++++ Exercise input

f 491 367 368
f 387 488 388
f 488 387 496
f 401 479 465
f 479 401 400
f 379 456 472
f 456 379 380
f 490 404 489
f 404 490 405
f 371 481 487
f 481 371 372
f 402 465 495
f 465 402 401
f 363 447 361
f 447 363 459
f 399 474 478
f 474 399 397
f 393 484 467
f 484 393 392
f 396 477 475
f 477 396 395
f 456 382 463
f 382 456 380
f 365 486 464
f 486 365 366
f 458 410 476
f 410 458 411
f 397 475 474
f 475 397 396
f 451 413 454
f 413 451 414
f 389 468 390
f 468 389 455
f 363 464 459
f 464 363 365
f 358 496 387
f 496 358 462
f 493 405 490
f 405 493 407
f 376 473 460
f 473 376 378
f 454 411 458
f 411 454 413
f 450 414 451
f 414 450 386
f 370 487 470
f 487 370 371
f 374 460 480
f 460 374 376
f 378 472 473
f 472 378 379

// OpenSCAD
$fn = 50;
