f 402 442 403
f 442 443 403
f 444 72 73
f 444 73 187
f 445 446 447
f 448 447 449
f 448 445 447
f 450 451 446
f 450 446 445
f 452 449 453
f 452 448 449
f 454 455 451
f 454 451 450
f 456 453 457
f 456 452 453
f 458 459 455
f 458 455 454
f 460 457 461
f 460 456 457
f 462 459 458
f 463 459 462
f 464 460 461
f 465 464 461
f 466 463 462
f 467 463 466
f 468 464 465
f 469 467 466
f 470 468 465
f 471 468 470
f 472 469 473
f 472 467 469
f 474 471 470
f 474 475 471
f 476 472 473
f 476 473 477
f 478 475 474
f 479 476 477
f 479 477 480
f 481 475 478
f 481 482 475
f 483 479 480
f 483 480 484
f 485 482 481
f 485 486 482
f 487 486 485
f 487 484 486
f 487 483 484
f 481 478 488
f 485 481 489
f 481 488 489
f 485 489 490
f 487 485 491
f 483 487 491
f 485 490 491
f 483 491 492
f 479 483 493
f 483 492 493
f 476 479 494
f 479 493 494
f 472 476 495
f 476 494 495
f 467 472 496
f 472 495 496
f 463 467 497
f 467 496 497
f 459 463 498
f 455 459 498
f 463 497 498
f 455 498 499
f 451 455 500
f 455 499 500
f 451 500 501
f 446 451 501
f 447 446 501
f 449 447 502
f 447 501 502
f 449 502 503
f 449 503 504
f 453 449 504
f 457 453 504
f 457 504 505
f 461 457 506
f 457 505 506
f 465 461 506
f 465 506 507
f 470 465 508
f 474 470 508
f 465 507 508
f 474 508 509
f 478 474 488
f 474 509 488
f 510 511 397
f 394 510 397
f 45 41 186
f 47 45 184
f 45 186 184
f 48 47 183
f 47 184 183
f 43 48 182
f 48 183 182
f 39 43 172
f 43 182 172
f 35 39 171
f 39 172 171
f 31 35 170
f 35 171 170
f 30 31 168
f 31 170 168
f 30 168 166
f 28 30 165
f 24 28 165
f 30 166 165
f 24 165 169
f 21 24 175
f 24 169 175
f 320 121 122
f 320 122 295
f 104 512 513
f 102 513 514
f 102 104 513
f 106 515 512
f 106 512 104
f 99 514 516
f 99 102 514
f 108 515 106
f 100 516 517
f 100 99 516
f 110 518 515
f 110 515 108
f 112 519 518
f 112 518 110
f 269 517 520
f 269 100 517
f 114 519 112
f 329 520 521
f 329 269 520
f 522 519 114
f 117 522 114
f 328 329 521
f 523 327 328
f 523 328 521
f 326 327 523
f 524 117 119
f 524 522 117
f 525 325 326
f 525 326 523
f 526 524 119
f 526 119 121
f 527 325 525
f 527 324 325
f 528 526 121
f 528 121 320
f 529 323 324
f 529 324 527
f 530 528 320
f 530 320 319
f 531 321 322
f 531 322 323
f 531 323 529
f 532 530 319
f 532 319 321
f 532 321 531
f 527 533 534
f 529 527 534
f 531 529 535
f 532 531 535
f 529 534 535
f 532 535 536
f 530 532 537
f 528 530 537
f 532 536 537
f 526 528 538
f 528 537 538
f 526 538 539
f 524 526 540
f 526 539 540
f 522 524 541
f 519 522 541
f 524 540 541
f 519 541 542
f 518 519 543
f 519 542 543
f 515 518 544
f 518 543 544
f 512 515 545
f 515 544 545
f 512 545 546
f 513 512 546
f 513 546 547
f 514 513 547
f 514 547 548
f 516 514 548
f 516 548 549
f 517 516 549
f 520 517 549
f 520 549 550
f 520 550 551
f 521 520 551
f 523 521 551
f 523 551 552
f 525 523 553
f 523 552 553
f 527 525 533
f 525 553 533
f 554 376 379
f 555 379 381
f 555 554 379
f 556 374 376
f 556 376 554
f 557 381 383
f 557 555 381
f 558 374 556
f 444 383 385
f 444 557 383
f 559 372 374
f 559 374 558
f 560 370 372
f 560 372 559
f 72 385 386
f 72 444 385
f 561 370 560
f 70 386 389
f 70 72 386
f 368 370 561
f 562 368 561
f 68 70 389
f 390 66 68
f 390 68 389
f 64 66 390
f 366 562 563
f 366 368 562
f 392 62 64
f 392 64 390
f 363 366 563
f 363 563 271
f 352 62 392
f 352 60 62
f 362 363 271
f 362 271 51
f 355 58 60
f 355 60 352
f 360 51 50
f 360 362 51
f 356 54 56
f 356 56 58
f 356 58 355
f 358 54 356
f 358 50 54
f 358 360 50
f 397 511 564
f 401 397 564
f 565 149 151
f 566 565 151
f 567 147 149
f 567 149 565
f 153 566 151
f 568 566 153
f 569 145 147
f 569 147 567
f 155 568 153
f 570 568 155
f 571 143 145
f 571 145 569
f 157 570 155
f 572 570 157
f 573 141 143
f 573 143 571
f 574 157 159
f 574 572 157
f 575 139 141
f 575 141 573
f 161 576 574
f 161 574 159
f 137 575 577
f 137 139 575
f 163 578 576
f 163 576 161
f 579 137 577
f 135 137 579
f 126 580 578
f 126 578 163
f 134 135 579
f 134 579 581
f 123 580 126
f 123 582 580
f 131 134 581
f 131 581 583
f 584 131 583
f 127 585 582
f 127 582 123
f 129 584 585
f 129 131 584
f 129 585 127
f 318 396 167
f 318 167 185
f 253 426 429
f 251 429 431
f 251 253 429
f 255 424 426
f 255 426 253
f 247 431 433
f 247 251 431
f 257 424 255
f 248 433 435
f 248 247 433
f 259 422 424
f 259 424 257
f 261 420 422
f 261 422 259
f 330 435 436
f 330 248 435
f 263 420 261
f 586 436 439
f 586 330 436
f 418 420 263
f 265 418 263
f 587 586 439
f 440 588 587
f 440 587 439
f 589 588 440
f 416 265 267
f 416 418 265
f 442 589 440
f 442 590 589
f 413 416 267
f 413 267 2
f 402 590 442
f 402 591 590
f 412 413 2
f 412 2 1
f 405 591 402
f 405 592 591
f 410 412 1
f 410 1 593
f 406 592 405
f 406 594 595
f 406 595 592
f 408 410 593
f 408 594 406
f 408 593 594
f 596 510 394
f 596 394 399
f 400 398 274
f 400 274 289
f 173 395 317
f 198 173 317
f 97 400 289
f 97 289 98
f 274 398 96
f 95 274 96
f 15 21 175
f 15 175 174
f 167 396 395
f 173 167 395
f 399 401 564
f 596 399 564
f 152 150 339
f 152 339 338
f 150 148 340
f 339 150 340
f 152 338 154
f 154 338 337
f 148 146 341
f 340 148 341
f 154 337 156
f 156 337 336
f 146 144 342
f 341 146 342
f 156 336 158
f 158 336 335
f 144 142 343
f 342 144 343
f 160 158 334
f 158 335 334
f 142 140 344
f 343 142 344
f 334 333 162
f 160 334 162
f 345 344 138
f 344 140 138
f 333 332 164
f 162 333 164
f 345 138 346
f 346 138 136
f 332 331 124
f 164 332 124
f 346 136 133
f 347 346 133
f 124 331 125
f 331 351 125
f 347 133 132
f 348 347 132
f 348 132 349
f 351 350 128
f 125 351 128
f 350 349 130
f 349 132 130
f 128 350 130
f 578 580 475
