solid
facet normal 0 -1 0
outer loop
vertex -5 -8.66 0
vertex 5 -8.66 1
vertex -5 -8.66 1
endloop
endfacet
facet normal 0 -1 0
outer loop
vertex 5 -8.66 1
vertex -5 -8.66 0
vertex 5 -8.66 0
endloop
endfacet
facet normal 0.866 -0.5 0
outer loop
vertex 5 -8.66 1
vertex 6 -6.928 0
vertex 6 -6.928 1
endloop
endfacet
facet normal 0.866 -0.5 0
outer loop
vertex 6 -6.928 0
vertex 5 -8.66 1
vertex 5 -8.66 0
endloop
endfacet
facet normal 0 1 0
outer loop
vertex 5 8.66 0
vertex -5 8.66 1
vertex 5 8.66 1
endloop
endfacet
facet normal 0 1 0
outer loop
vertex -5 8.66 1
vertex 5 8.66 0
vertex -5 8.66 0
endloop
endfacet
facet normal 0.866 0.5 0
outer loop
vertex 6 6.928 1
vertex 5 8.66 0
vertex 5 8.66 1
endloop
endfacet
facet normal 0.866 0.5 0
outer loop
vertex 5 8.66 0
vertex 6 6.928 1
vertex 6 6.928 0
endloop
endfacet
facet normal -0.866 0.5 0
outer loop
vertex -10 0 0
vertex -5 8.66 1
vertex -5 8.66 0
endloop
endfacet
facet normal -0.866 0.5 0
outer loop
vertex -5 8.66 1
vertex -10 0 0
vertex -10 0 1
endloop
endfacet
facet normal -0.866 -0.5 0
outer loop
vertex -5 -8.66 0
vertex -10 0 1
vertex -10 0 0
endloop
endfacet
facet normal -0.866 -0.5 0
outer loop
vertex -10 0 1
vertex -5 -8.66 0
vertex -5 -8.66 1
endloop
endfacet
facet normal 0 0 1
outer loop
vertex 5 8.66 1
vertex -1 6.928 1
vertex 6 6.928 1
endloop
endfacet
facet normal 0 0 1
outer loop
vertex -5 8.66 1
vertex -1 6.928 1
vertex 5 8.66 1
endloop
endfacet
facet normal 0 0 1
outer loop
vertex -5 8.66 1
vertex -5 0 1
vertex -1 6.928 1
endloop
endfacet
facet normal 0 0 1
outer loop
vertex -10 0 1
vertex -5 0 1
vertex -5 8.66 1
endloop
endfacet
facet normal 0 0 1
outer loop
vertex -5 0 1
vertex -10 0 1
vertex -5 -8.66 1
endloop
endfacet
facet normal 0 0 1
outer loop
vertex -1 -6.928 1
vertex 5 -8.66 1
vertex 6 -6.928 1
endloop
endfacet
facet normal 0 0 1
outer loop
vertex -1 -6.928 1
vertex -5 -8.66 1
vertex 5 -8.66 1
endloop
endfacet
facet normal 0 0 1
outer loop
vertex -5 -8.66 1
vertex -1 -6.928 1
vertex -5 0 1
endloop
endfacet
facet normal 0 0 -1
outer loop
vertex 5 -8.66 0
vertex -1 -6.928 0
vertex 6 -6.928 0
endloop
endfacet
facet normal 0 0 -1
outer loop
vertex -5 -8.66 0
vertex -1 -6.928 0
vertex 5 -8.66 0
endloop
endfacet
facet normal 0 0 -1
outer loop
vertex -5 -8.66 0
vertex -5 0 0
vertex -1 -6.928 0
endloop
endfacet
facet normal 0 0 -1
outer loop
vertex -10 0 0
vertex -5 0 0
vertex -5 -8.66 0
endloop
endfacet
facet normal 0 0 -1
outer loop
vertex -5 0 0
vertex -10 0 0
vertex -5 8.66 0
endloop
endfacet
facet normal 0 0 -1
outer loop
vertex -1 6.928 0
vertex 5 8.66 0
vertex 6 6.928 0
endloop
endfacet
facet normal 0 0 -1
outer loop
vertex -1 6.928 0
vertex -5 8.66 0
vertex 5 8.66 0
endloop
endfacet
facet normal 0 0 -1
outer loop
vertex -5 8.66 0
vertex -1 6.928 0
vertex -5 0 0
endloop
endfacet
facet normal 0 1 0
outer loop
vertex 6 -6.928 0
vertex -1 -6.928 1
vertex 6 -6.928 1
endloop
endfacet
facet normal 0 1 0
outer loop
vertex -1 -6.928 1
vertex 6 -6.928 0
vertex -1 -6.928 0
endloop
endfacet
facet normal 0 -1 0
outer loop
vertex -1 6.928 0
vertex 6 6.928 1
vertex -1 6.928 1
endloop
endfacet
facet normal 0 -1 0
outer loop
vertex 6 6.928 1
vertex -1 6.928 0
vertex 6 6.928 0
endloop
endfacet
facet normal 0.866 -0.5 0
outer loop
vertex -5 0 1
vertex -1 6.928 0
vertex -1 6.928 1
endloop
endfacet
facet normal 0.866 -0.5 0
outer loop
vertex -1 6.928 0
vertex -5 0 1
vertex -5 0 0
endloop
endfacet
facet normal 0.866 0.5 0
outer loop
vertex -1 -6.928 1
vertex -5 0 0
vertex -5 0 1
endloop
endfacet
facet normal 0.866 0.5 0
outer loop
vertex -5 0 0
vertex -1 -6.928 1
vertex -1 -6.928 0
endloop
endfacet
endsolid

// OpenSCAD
difference(){
cylinder($fn = 6, r = 10, h = 1);
    translate([3,0,0]){
        cylinder($fn = 6, r = 8, h = 1);
    }
}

++++++++

◆ **Instructions for the task**:
From the entries above, extract only the lines running from the one containing "f 460 456 457" through the one containing "f 461 457 506", inclusive.

◆ **The completed task**:
f 460 456 457
f 462 459 458
f 463 459 462
f 464 460 461
f 465 464 461
f 466 463 462
f 467 463 466
f 468 464 465
f 469 467 466
f 470 468 465
f 471 468 470
f 472 469 473
f 472 467 469
f 474 471 470
f 474 475 471
f 476 472 473
f 476 473 477
f 478 475 474
f 479 476 477
f 479 477 480
f 481 475 478
f 481 482 475
f 483 479 480
f 483 480 484
f 485 482 481
f 485 486 482
f 487 486 485
f 487 484 486
f 487 483 484
f 481 478 488
f 485 481 489
f 481 488 489
f 485 489 490
f 487 485 491
f 483 487 491
f 485 490 491
f 483 491 492
f 479 483 493
f 483 492 493
f 476 479 494
f 479 493 494
f 472 476 495
f 476 494 495
f 467 472 496
f 472 495 496
f 463 467 497
f 467 496 497
f 459 463 498
f 455 459 498
f 463 497 498
f 455 498 499
f 451 455 500
f 455 499 500
f 451 500 501
f 446 451 501
f 447 446 501
f 449 447 502
f 447 501 502
f 449 502 503
f 449 503 504
f 453 449 504
f 457 453 504
f 457 504 505
f 461 457 506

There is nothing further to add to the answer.